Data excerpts
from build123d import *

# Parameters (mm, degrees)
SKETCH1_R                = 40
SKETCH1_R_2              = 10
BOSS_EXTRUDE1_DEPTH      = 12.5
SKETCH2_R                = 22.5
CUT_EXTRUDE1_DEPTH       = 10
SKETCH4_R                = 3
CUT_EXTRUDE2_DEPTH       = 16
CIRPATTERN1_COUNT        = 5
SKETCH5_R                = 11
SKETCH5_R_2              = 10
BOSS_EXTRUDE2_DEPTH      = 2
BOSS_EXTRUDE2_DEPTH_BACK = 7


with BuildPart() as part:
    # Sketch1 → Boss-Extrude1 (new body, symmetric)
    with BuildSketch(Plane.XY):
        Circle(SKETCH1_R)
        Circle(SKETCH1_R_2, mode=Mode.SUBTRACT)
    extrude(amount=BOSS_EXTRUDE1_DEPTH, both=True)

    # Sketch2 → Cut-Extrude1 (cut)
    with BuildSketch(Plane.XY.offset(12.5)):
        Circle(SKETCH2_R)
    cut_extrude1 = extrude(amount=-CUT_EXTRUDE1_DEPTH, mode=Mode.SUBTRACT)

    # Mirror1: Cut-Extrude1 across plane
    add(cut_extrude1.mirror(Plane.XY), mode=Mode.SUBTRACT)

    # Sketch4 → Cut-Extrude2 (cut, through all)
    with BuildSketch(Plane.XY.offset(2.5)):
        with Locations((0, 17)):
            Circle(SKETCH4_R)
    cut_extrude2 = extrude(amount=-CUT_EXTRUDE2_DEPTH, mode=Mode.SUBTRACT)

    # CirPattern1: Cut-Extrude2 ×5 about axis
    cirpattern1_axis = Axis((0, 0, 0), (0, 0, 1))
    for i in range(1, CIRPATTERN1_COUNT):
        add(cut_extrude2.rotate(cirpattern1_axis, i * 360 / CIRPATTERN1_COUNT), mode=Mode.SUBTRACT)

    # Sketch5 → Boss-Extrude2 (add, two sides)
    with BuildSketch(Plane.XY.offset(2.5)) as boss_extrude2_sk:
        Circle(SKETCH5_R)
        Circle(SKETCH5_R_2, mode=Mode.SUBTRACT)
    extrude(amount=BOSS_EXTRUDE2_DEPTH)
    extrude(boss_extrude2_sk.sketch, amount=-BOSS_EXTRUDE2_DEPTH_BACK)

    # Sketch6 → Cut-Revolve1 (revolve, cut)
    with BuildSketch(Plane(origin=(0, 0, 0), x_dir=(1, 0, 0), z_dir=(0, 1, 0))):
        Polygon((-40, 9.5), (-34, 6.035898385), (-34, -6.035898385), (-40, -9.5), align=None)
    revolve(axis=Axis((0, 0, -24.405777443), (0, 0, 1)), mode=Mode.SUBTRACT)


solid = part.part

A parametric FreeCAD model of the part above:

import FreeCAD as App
import Part
import Sketcher

V = App.Vector
Q = App.Units.Quantity


def add_polygon(sketch, points):
    """Adds a closed chain of lines whose ends are joined by coincident constraints."""
    first, n = sketch.GeometryCount, len(points)
    for a, b in zip(points, points[1:] + points[:1]):
        sketch.addGeometry(Part.LineSegment(App.Vector(*a, 0), App.Vector(*b, 0)), False)
    for i in range(n):
        sketch.addConstraint(Sketcher.Constraint("Coincident", first + i, 2, first + (i + 1) % n, 1))

doc = App.newDocument("Part")
body = doc.addObject("PartDesign::Body", "Body")

# Sketch on XY plane
sketch1 = body.newObject("Sketcher::SketchObject", "Sketch")
sketch1.AttachmentSupport = (doc.getObject("XY_Plane"), [""])
sketch1.MapMode = "FlatFace"
sketch1.addGeometry([
    Part.Circle(V(0, 0, 0), V(0, 0, 1), 40),
    Part.Circle(V(0, 0, 0), V(0, 0, 1), 10),
], False)
sketch1.addConstraint([
    Sketcher.Constraint("Coincident", 0, 3, -1, 1),
    Sketcher.Constraint("Coincident", 1, 3, -1, 1),
    Sketcher.Constraint("Diameter", 0, 80.0),
    Sketcher.Constraint("Diameter", 1, 20.0),
])
pad1 = body.newObject("PartDesign::Pad", "Pad")
pad1.Profile = sketch1
pad1.Length = 25
pad1.Midplane = True

# Sketch on XY plane
sketch2 = body.newObject("Sketcher::SketchObject", "Sketch001")
sketch2.AttachmentSupport = (doc.getObject("XY_Plane"), [""])
sketch2.MapMode = "FlatFace"
sketch2.AttachmentOffset = App.Placement(V(0, 0, 12.5), App.Rotation())
sketch2.addGeometry(Part.Circle(V(0, 0, 0), V(0, 0, 1), 22), False)
sketch2.addConstraint([
    Sketcher.Constraint("Coincident", 0, 3, -1, 1),
    Sketcher.Constraint("Diameter", 0, 45.0),
])
pocket1 = body.newObject("PartDesign::Pocket", "Pocket")
pocket1.Profile = sketch2
pocket1.Length = 10
doc.recompute()

mirrored = body.newObject("PartDesign::Mirrored", "Mirrored")
mirrored.Originals = [pocket1]
mirrored.MirrorPlane = (doc.getObject("XY_Plane"), [""])
body.Tip = mirrored

# Sketch on XY plane
sketch3 = body.newObject("Sketcher::SketchObject", "Sketch002")
sketch3.AttachmentSupport = (doc.getObject("XY_Plane"), [""])
sketch3.MapMode = "FlatFace"
sketch3.AttachmentOffset = App.Placement(V(0, 0, 2.5), App.Rotation())
sketch3.addGeometry(Part.Circle(V(0, 17, 0), V(0, 0, 1), 3), False)
sketch3.addConstraint([
    Sketcher.Constraint("PointOnObject", 0, 3, -2),
    Sketcher.Constraint("Diameter", 0, 6.0),
    Sketcher.Constraint("DistanceY", -1, 1, 0, 3, 17.0),
])
pocket2 = body.newObject("PartDesign::Pocket", "Pocket001")
pocket2.Profile = sketch3
pocket2.Type = "ThroughAll"
doc.recompute()

polarpattern = body.newObject("PartDesign::PolarPattern", "PolarPattern")
polarpattern.Originals = [pocket2]
polarpattern.Axis = (doc.getObject("Z_Axis"), [""])
polarpattern.Angle = 360
polarpattern.Occurrences = 5
body.Tip = polarpattern

# Sketch on XY plane
sketch4 = body.newObject("Sketcher::SketchObject", "Sketch003")
sketch4.AttachmentSupport = (doc.getObject("XY_Plane"), [""])
sketch4.MapMode = "FlatFace"
sketch4.AttachmentOffset = App.Placement(V(0, 0, 2.5), App.Rotation())
sketch4.addGeometry([
    Part.Circle(V(0, 0, 0), V(0, 0, 1), 11),
    Part.Circle(V(0, 0, 0), V(0, 0, 1), 10),
], False)
sketch4.addConstraint([
    Sketcher.Constraint("Coincident", 0, 3, -1, 1),
    Sketcher.Constraint("Coincident", 1, 3, -1, 1),
    Sketcher.Constraint("Diameter", 0, 22.0),
    Sketcher.Constraint("Diameter", 1, 20.0),
])
pad2 = body.newObject("PartDesign::Pad", "Pad001")
pad2.Profile = sketch4
pad2.Type = "TwoLengths"
pad2.Length = 2
pad2.Length2 = 7

# Sketch on XZ plane
sketch5 = body.newObject("Sketcher::SketchObject", "Sketch004")
sketch5.AttachmentSupport = (doc.getObject("XZ_Plane"), [""])
sketch5.MapMode = "FlatFace"
add_polygon(sketch5, [(-34, -6), (-40, -10), (-40, 10), (-34, 6)])  # lines 0-3
sketch5.addConstraint([
    Sketcher.Constraint("Vertical", 1),
    Sketcher.Constraint("Vertical", 3),
    Sketcher.Constraint("Equal", 0, 2),
    Sketcher.Constraint("DistanceY", 1, 1, 1, 2, 19.0),
    Sketcher.Constraint("Angle", 0, Q("-150 deg")),
    Sketcher.Constraint("DistanceX", 0, 2, -1, 1, 40.0),
    Sketcher.Constraint("DistanceX", 2, 2, -1, 1, 34.0),
    Sketcher.Constraint("DistanceY", 0, 2, -1, 1, 9.5),
])
groove = body.newObject("PartDesign::Groove", "Groove")
groove.Profile = sketch5
groove.ReferenceAxis = (sketch5, ["V_Axis"])
groove.Angle = 360

doc.recompute()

## TASK STATEMENT
Please copy only these lines, exactly: the first line of the records through the line containing "Circle(SKETCH2_R)", ends included.

## YOUR SOLUTION
from build123d import *

# Parameters (mm, degrees)
SKETCH1_R                = 40
SKETCH1_R_2              = 10
BOSS_EXTRUDE1_DEPTH      = 12.5
SKETCH2_R                = 22.5
CUT_EXTRUDE1_DEPTH       = 10
SKETCH4_R                = 3
CUT_EXTRUDE2_DEPTH       = 16
CIRPATTERN1_COUNT        = 5
SKETCH5_R                = 11
SKETCH5_R_2              = 10
BOSS_EXTRUDE2_DEPTH      = 2
BOSS_EXTRUDE2_DEPTH_BACK = 7


with BuildPart() as part:
    # Sketch1 → Boss-Extrude1 (new body, symmetric)
    with BuildSketch(Plane.XY):
        Circle(SKETCH1_R)
        Circle(SKETCH1_R_2, mode=Mode.SUBTRACT)
    extrude(amount=BOSS_EXTRUDE1_DEPTH, both=True)

    # Sketch2 → Cut-Extrude1 (cut)
    with BuildSketch(Plane.XY.offset(12.5)):
        Circle(SKETCH2_R)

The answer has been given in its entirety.